RECORDS SUPPLIED:
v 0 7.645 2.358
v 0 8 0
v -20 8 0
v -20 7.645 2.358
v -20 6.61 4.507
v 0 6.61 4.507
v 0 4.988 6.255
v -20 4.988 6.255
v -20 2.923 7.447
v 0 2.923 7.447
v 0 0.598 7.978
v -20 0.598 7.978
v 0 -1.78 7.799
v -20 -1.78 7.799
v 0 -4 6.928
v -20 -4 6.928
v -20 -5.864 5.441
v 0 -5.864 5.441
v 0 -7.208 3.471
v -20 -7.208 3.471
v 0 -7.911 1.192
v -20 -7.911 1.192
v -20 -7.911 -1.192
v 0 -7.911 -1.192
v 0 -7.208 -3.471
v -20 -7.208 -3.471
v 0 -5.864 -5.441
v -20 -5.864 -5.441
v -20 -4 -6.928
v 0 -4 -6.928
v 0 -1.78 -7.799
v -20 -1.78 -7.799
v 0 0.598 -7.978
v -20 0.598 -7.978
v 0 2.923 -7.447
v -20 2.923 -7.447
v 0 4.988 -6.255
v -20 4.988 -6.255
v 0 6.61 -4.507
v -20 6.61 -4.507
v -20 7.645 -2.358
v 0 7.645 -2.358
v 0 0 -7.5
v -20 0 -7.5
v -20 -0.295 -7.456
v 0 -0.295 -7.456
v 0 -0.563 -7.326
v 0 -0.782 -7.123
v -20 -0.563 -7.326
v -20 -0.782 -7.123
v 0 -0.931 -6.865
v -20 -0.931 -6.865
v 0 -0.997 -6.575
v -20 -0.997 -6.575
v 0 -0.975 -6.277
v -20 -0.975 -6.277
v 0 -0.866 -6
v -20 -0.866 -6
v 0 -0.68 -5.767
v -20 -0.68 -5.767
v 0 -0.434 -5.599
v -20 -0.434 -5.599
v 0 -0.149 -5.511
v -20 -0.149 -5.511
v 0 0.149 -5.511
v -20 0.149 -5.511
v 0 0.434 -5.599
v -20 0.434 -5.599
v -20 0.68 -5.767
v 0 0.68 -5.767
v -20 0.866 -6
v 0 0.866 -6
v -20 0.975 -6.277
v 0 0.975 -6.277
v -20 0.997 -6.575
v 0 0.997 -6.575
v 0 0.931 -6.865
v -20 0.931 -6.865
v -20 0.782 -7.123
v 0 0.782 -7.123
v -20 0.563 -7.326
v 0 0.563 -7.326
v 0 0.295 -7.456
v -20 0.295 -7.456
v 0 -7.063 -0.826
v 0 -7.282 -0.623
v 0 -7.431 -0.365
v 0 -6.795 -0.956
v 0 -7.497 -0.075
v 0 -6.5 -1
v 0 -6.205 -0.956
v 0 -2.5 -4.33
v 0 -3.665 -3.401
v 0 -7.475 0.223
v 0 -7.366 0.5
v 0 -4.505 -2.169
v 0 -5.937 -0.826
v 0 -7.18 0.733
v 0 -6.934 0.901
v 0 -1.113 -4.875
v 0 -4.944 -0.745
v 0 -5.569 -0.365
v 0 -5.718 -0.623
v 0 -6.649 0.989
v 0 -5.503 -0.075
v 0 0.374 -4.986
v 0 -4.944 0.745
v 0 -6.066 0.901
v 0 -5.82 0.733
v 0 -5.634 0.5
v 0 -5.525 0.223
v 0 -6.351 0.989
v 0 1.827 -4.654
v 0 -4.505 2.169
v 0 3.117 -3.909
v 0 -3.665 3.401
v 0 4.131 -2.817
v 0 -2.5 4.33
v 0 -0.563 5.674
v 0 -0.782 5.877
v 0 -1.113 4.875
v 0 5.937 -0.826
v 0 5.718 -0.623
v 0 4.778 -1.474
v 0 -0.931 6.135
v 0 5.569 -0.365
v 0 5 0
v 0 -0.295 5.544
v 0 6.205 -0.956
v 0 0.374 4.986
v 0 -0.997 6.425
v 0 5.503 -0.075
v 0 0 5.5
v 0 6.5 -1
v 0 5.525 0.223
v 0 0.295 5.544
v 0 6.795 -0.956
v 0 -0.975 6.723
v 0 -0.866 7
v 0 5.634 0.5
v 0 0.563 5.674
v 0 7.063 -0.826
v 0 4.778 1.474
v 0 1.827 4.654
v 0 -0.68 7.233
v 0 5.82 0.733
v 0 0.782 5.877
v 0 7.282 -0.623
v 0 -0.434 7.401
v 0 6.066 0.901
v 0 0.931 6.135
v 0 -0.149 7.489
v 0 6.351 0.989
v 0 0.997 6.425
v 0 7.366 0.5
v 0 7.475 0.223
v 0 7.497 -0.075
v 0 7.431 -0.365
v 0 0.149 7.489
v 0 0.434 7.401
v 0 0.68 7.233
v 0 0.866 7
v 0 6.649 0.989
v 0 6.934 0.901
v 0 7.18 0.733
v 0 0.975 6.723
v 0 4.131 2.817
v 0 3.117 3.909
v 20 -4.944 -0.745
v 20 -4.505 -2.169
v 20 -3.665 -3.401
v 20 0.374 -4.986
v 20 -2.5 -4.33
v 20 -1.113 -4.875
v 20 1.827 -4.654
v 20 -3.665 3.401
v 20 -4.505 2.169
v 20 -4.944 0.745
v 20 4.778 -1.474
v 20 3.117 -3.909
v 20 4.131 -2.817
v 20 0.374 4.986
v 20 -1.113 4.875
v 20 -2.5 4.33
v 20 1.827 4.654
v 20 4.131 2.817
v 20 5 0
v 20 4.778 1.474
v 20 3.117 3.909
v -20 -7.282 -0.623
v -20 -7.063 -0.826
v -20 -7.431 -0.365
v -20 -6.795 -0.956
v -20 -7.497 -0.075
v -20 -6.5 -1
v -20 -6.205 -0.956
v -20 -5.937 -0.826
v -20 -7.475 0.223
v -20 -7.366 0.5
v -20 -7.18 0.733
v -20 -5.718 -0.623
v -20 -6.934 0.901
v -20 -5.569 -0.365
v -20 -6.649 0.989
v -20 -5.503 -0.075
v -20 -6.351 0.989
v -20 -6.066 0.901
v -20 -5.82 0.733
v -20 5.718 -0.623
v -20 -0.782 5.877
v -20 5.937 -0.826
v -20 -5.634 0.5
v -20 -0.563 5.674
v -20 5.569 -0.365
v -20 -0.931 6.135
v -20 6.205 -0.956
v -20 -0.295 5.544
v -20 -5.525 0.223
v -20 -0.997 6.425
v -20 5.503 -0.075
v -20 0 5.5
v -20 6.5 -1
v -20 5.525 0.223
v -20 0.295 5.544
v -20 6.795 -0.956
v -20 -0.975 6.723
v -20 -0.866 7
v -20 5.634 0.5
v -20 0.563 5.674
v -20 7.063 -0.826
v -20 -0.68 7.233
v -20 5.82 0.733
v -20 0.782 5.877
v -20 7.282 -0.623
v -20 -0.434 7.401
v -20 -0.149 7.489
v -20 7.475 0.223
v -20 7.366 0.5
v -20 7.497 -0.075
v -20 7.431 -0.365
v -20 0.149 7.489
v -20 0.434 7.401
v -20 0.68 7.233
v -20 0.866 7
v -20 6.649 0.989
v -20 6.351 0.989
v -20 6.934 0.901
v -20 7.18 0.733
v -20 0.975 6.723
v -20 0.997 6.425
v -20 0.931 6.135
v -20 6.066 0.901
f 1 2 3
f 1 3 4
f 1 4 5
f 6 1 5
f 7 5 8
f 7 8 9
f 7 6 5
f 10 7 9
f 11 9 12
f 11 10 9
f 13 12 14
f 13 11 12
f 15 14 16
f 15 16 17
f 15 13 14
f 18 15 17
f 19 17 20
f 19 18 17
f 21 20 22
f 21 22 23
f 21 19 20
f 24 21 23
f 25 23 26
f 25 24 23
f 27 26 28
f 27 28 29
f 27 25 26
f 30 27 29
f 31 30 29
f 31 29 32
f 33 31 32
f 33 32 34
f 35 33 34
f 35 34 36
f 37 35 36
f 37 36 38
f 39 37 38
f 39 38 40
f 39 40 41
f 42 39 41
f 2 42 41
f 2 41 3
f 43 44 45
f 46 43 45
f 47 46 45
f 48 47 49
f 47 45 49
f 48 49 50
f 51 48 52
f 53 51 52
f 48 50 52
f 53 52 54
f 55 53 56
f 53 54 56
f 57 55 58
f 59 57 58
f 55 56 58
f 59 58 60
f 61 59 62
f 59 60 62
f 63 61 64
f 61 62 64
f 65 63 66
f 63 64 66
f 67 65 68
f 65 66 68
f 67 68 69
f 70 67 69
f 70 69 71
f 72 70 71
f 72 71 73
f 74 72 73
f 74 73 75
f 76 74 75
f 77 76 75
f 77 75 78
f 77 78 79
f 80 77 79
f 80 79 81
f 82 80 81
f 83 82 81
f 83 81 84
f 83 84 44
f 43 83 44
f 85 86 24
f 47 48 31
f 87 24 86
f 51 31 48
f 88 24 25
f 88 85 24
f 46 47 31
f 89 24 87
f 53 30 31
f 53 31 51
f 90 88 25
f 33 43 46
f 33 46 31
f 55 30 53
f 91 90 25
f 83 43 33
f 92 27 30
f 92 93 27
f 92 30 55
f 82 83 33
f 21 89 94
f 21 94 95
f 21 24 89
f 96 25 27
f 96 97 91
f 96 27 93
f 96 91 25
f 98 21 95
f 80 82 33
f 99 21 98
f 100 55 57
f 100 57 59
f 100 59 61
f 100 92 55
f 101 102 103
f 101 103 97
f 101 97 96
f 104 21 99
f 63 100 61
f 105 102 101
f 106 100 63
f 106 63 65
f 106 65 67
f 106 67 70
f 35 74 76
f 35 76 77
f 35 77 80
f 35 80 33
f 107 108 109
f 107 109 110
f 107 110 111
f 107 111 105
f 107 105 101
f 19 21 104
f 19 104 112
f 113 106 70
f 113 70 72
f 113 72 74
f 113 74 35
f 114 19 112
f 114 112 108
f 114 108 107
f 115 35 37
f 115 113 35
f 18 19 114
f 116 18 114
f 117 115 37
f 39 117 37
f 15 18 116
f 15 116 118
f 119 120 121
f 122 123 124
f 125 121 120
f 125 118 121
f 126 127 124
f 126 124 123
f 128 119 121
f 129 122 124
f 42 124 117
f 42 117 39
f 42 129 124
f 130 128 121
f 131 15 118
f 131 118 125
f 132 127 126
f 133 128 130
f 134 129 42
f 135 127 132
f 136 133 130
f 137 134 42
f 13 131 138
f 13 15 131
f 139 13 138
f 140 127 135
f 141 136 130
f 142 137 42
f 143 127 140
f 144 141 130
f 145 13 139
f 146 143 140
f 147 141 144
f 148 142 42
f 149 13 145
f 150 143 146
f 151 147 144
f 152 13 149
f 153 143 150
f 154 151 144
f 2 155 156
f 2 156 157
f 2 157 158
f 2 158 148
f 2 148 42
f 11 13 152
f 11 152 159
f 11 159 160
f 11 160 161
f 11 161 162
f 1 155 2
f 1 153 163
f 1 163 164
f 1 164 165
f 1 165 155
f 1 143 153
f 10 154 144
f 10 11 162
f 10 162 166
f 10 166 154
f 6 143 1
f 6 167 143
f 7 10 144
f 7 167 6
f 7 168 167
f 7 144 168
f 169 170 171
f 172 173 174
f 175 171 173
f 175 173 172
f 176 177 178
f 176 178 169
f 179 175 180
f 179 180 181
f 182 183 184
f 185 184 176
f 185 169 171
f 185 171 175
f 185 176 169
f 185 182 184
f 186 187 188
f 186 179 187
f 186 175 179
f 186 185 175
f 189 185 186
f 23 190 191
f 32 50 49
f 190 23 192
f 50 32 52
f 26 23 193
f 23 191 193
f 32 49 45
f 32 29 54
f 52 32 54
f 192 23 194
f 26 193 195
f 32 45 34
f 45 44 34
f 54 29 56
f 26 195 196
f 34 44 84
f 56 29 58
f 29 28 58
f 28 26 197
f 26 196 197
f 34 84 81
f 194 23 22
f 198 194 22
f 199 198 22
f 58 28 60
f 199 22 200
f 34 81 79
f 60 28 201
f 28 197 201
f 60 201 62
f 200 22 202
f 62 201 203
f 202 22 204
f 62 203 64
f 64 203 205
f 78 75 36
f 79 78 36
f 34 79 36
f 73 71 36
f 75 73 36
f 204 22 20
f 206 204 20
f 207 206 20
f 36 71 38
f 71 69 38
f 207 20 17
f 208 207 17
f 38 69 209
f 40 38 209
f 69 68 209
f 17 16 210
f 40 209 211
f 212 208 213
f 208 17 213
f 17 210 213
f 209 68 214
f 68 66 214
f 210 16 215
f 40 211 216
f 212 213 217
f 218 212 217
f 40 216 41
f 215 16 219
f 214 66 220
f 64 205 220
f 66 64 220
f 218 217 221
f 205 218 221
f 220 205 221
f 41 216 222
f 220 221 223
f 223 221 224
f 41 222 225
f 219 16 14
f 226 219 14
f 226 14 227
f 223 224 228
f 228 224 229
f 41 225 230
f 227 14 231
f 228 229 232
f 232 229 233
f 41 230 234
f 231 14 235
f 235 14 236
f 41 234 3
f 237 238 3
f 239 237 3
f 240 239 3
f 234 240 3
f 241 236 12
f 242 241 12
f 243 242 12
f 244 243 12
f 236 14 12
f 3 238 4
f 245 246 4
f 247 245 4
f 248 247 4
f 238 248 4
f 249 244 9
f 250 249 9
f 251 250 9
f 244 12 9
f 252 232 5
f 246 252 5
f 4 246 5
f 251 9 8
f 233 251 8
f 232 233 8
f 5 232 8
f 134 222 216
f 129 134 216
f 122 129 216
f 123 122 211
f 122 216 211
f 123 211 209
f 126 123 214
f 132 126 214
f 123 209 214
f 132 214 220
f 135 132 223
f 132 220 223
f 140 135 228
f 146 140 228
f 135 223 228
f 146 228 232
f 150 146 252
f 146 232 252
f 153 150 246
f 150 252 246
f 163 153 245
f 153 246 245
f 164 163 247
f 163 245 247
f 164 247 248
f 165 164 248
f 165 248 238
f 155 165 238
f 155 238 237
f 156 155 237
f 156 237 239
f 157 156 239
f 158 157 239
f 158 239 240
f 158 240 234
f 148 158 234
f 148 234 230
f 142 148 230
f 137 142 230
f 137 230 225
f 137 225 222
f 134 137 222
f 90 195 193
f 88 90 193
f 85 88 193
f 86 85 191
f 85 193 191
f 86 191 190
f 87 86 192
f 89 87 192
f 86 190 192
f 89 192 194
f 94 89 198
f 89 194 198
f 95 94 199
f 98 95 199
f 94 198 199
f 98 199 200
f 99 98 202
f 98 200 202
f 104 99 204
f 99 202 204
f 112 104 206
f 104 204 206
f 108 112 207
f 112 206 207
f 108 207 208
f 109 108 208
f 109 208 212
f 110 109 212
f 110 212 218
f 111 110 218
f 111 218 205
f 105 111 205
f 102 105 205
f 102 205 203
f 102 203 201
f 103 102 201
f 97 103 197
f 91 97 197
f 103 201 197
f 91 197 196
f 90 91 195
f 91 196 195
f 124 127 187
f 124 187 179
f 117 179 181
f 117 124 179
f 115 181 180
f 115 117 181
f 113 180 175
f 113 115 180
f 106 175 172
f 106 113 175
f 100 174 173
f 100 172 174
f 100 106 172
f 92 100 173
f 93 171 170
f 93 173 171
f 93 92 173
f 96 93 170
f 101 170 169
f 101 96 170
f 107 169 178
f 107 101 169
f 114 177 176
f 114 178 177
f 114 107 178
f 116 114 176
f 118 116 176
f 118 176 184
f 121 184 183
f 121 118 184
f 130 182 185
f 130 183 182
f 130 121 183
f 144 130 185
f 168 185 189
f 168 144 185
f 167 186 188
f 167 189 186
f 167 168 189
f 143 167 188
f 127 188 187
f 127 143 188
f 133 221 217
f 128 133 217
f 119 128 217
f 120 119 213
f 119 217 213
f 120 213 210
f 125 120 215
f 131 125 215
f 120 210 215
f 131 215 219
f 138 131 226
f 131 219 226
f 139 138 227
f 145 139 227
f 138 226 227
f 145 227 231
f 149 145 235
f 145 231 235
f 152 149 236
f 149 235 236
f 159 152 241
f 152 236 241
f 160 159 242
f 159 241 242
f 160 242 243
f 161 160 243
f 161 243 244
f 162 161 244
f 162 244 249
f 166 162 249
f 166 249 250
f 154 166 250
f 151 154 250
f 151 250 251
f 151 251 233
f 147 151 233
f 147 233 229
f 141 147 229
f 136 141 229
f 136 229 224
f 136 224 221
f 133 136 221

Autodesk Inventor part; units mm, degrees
ref_plane "YZ Plane" through (0, 0, 0) normal (1, 0, 0) x (0, 1, 0)
ref_plane "XZ Plane" through (0, 0, 0) normal (0, 1, 0) x (-1, 0, 0)
ref_plane "XY Plane" through (0, 0, 0) normal (0, 0, 1) x (1, 0, 0)
sketch "Sketch1" plane through (0, 0, 0) normal (1, 0, 0) x (0, 1, 0)
  circle A0 centre (0, 0) radius 8
  circle A1 centre (0, 0) radius 5
  circle A2 centre (0, 0) radius 6.5
  point P0 (6.5, 0)
  point P1 (0, 6.5)
  point P2 (-6.5, 0)
  point P3 (0, -6.5)
  dimension "d0" = 16
  dimension "d5" = 13
extrude "Extrusion1" add sketch "Sketch1" against normal blind 20 contours A0 | A1 | A2
extrude "Extrusion2" add sketch "Sketch1" along normal blind 20 contours A1
hole "Hole1" at (0, 6.5, 0) at (0, 0, 6.5) at (0, -6.5, 0) at (0, 0, -6.5) direction (-1, 0, 0) diameter 2 end through all
properties part number "suspension2chassiscylindricalshaft"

WORK INSTRUCTION: The answer must hold only the lines from the first line of the data through the line bearing "v 0 -1.78 -7.799", returned exactly.

TASK RESPONSE:
v 0 7.645 2.358
v 0 8 0
v -20 8 0
v -20 7.645 2.358
v -20 6.61 4.507
v 0 6.61 4.507
v 0 4.988 6.255
v -20 4.988 6.255
v -20 2.923 7.447
v 0 2.923 7.447
v 0 0.598 7.978
v -20 0.598 7.978
v 0 -1.78 7.799
v -20 -1.78 7.799
v 0 -4 6.928
v -20 -4 6.928
v -20 -5.864 5.441
v 0 -5.864 5.441
v 0 -7.208 3.471
v -20 -7.208 3.471
v 0 -7.911 1.192
v -20 -7.911 1.192
v -20 -7.911 -1.192
v 0 -7.911 -1.192
v 0 -7.208 -3.471
v -20 -7.208 -3.471
v 0 -5.864 -5.441
v -20 -5.864 -5.441
v -20 -4 -6.928
v 0 -4 -6.928
v 0 -1.78 -7.799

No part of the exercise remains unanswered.